In 2020, after Arvind Kejriwal and his Aam Aadmi Party (AAP) secured a second big victory in the Delhi elections, I wrote a column for Nikkei Asia Review, arguing that there wasn’t much to choose between Modi and Kejriwal — both were authoritarians with a majoritarian bias.

While Modi’s Hindutva agenda was explicit, Kejriwal’s was instrumental — subtler yet equally dangerous. One of the clearest signs of this was Kejriwal’s enthusiastic support for the abrogation of Article 370 in August 2019, which stripped the Muslim-majority state of Jammu & Kashmir of its limited autonomy.

Rather than opposing the move on democratic and Constitutional grounds, Kejriwal chose to align himself with the nationalist spin, signalling his willingness to accommodate majoritarian politics.
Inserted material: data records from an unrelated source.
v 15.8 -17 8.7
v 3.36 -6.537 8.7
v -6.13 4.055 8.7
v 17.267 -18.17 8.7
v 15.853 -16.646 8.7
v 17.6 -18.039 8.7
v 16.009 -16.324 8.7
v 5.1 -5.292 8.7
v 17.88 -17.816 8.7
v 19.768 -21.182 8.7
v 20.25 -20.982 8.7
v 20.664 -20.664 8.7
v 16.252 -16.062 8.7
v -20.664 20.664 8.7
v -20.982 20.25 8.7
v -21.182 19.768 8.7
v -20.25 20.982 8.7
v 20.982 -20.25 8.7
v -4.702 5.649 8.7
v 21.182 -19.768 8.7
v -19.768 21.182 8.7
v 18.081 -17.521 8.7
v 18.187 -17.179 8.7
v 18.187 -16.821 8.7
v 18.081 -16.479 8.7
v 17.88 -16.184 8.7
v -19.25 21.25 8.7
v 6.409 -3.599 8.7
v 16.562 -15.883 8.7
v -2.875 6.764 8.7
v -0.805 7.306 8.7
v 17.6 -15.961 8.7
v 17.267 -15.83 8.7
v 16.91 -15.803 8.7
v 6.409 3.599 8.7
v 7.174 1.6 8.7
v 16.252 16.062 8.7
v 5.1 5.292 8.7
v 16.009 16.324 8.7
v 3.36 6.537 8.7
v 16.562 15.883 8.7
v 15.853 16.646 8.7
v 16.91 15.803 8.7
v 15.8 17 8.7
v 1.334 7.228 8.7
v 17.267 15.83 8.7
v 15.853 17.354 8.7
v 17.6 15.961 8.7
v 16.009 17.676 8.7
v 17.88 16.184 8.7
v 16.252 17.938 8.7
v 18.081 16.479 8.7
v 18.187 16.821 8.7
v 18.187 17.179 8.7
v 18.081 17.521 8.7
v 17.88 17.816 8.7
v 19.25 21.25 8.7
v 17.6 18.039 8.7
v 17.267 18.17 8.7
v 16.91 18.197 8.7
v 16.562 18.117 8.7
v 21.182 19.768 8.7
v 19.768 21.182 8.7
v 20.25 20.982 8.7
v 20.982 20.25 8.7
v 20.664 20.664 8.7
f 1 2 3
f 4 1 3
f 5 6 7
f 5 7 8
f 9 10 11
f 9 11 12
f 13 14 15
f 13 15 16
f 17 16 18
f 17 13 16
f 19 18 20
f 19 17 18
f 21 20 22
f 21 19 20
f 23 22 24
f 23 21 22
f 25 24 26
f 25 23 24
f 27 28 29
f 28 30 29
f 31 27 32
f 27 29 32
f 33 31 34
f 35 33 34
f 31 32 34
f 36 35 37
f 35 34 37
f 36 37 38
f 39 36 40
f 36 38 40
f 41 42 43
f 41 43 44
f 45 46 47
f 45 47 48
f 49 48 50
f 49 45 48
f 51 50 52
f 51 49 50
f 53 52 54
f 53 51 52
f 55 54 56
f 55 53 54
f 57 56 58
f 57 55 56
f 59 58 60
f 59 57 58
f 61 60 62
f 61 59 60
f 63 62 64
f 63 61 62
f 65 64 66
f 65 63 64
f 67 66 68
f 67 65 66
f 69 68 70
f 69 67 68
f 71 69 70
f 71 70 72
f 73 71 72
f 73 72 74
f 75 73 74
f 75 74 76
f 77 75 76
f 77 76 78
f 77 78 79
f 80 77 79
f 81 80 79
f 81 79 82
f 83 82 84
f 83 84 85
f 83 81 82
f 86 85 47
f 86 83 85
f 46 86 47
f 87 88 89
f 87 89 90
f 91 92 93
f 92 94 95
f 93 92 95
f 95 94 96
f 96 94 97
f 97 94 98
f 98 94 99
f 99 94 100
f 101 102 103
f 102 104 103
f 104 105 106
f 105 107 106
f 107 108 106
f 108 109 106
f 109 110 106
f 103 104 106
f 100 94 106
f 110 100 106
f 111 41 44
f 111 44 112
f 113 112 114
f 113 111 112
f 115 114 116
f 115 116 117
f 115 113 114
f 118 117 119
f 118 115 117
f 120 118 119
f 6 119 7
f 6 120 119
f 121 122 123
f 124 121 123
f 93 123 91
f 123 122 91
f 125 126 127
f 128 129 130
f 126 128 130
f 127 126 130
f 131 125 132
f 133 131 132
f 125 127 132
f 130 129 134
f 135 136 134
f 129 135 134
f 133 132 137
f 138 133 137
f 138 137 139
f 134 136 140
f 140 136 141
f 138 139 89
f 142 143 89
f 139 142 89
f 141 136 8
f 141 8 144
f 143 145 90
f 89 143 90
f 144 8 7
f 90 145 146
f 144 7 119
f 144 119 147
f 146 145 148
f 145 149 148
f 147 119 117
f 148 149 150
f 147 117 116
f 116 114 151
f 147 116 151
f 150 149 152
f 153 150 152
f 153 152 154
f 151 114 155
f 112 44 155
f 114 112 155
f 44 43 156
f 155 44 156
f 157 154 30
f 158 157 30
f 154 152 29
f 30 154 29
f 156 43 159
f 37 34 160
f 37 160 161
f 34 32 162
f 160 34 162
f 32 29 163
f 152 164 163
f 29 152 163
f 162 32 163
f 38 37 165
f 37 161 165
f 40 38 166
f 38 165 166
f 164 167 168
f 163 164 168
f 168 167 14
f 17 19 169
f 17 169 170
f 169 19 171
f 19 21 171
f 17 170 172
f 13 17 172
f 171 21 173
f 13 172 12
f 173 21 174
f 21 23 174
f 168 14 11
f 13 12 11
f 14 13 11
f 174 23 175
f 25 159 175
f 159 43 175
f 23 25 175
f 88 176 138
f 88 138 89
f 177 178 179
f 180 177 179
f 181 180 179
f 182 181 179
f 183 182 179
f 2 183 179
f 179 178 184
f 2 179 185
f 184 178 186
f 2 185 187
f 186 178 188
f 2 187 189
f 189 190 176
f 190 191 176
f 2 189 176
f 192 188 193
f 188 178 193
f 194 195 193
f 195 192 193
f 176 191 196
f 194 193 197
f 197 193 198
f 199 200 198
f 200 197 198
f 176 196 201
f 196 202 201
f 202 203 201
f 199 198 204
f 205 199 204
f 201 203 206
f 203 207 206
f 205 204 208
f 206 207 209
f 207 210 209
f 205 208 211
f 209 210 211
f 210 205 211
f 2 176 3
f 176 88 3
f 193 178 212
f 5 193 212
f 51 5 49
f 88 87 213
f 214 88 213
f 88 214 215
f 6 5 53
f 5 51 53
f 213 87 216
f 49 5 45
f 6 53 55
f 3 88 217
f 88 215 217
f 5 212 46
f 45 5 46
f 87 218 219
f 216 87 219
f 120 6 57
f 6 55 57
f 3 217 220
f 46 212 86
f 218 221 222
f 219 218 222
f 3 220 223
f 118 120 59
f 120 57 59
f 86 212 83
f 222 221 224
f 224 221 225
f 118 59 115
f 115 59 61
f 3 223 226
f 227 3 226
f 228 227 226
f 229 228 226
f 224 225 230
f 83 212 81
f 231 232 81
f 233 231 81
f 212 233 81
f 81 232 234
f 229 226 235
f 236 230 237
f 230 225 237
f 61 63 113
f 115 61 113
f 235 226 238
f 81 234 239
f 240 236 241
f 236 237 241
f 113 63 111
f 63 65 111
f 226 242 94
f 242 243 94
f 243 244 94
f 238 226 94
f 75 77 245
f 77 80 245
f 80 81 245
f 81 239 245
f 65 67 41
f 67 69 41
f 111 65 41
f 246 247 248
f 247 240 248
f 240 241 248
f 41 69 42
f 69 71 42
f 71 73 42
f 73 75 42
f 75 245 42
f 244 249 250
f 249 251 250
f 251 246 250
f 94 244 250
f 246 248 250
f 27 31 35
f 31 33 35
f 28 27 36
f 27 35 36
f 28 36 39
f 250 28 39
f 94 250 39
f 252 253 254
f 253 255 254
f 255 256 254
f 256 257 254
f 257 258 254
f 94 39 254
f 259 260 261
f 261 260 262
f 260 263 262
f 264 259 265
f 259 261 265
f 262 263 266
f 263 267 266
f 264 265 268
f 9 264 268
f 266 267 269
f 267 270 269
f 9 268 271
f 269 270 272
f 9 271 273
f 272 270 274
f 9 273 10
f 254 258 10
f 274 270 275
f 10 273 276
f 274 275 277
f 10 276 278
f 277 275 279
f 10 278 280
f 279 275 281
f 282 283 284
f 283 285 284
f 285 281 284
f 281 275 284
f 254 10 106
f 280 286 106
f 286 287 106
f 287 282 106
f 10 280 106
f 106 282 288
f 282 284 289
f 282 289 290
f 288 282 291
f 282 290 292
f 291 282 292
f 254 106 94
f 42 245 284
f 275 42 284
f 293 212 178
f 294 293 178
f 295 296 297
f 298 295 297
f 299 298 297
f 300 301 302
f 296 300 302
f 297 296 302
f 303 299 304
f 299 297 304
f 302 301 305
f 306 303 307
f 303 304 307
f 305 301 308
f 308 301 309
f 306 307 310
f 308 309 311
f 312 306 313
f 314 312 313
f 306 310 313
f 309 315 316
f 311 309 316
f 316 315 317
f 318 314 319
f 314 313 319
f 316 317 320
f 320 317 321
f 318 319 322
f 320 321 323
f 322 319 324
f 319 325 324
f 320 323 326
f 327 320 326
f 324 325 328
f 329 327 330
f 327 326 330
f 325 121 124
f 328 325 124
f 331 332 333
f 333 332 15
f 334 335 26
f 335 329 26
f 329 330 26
Five years later, the tables have turned, with AAP suffering a massive defeat and the BJP seizing control of Delhi for the first time in 27 years.
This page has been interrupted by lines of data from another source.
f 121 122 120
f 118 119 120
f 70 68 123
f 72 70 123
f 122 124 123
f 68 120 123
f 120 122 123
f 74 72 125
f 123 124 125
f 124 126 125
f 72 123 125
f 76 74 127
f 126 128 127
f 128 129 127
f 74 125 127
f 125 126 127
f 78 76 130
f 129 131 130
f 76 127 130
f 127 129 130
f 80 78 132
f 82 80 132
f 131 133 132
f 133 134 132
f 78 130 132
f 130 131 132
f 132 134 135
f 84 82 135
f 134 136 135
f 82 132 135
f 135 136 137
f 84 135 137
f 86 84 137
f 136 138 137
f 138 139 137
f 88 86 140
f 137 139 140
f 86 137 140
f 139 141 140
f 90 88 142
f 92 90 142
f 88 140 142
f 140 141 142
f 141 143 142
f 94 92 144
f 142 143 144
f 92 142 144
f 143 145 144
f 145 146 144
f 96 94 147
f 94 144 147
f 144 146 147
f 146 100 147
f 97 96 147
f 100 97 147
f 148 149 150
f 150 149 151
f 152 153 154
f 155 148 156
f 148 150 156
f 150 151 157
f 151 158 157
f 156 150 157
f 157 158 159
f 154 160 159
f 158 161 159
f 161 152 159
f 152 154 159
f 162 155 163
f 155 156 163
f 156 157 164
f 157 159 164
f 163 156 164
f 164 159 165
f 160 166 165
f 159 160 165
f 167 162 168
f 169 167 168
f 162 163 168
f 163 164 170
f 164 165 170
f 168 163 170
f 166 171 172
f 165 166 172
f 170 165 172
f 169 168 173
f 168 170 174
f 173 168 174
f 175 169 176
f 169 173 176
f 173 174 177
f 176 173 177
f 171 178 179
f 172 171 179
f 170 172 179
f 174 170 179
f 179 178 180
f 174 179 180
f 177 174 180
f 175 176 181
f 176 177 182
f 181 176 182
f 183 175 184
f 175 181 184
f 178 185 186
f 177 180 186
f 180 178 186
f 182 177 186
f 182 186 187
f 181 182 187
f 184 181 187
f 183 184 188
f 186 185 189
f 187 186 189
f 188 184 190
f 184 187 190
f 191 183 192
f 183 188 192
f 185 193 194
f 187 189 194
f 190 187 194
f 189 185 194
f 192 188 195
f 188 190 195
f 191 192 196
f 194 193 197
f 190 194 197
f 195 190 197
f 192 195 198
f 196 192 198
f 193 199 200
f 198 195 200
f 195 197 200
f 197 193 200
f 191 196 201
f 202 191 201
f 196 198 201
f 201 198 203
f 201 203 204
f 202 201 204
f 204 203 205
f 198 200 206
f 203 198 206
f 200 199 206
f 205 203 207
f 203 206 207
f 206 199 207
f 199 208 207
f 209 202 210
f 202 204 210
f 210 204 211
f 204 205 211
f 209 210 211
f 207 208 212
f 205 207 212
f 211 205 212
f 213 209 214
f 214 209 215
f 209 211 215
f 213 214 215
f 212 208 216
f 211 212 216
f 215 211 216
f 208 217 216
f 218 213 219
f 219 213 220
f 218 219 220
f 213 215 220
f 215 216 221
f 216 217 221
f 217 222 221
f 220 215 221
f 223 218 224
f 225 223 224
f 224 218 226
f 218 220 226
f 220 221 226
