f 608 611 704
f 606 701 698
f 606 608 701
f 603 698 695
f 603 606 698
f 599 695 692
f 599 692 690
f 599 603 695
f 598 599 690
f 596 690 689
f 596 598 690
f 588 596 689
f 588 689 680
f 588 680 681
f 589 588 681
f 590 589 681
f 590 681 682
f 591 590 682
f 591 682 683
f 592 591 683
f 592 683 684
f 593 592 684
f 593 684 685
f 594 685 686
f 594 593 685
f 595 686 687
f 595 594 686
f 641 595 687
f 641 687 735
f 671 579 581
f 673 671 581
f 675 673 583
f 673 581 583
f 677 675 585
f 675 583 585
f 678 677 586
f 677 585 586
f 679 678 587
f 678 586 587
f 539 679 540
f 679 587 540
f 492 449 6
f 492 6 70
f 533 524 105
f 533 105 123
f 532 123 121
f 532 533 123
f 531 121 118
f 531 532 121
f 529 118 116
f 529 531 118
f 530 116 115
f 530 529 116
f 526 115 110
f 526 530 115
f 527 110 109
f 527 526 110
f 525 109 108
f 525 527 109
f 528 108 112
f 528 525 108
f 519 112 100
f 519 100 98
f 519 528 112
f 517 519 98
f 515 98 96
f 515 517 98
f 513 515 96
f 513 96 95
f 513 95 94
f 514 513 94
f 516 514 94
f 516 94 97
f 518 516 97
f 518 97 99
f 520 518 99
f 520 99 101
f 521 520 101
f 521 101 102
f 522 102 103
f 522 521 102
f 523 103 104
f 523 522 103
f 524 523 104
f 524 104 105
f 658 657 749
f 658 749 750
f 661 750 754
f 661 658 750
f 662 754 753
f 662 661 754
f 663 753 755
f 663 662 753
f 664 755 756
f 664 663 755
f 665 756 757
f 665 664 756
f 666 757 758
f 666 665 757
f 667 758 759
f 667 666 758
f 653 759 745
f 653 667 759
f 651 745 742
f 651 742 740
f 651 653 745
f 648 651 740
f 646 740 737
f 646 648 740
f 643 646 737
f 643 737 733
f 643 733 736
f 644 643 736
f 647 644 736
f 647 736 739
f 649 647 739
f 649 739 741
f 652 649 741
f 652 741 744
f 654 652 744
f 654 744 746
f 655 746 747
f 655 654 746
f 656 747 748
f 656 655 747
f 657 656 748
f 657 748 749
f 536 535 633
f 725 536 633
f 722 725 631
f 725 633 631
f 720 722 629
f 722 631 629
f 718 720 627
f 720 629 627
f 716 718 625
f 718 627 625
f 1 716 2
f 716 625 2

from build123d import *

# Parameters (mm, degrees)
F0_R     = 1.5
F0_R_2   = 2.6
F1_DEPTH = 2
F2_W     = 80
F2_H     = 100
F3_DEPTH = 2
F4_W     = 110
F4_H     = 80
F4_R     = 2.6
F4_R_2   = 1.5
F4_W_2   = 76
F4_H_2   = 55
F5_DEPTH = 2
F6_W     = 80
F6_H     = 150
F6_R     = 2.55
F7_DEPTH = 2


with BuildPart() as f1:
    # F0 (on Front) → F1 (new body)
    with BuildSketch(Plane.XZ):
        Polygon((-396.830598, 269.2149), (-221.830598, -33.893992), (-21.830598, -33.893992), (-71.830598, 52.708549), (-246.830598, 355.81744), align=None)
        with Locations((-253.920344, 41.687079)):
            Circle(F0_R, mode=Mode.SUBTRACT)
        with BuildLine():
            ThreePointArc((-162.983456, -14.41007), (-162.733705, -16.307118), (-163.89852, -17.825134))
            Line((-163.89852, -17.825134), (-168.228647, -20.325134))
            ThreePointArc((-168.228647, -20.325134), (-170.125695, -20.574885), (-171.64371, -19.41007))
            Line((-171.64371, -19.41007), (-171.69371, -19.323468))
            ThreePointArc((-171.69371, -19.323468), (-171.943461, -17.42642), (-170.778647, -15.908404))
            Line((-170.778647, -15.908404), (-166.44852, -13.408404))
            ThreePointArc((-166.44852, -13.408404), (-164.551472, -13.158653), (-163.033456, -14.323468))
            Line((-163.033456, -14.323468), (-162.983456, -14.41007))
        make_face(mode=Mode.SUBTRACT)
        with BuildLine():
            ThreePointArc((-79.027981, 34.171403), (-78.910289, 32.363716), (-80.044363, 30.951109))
While some may see this as a blow to Opposition politics, AAP’s downfall could, in fact, strengthen Indian democracy and secularism in the long run. Arvind Kejriwal entered politics with grand promises of waging an all-out war on corruption and transforming governance. His political journey began on the back of an RSS-supported anti-corruption movement in the early 2010s.

When AAP first formed the Delhi government in 2013 and subsequently won two consecutive landslide victories in 2015 and 2020, many saw it as a gamechanger — the emergence of a viable third alternative in Indian politics. It drew a lot of people initially, who bought into the party’s transparency spiel and its pledge to uphold accountability in governance, but over time, those lofty ideals eroded beyond repair. Kejriwal’s government came to be tainted by corruption scandals, opportunistic alliances and attempts to pander to Hindu majoritarian sentiment.

His party’s crushing defeat in 2025 is, therefore, not just a political setback for AAP but a moment of reckoning for Indian democracy.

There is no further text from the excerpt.